→ **TASK ITEM**
Total the lines of the entries below that hold the string "Rectangle", then write only that total.

→ **SOURCE MATERIAL**
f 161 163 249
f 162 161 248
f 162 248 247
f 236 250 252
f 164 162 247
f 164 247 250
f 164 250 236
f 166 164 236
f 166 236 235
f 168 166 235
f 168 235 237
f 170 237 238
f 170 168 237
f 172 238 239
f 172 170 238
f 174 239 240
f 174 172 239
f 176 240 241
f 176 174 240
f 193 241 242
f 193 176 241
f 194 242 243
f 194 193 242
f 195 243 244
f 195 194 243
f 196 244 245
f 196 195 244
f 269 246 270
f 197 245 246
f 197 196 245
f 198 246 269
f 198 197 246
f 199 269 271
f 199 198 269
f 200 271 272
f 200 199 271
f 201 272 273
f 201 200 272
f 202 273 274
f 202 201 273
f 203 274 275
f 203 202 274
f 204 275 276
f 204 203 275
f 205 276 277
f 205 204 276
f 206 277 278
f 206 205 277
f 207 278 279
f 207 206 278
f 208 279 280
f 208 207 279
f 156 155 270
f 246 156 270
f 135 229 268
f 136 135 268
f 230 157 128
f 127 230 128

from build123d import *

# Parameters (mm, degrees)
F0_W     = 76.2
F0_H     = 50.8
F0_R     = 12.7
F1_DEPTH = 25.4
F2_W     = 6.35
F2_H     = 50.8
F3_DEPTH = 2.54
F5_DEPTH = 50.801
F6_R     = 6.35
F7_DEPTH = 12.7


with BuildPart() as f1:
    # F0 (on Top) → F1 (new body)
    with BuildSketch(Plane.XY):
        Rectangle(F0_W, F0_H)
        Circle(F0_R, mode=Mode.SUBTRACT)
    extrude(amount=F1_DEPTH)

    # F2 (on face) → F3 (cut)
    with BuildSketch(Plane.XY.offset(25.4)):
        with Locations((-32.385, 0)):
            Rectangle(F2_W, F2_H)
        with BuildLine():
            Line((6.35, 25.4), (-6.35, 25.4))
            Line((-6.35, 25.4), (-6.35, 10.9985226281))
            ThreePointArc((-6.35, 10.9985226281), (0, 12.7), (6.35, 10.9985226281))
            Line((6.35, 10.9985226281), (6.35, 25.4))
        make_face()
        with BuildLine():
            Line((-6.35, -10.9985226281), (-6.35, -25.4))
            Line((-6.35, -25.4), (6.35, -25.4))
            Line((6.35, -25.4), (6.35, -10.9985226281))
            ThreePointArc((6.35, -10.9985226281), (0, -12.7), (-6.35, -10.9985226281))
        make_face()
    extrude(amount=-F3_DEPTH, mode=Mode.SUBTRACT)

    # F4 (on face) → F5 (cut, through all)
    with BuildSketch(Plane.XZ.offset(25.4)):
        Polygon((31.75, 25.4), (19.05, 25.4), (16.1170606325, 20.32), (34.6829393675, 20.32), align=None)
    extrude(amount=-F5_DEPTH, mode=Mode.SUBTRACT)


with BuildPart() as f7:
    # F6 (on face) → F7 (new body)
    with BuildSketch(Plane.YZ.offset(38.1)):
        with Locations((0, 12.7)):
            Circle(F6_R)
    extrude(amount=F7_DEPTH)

→ **EXERCISE RESPONSE**
2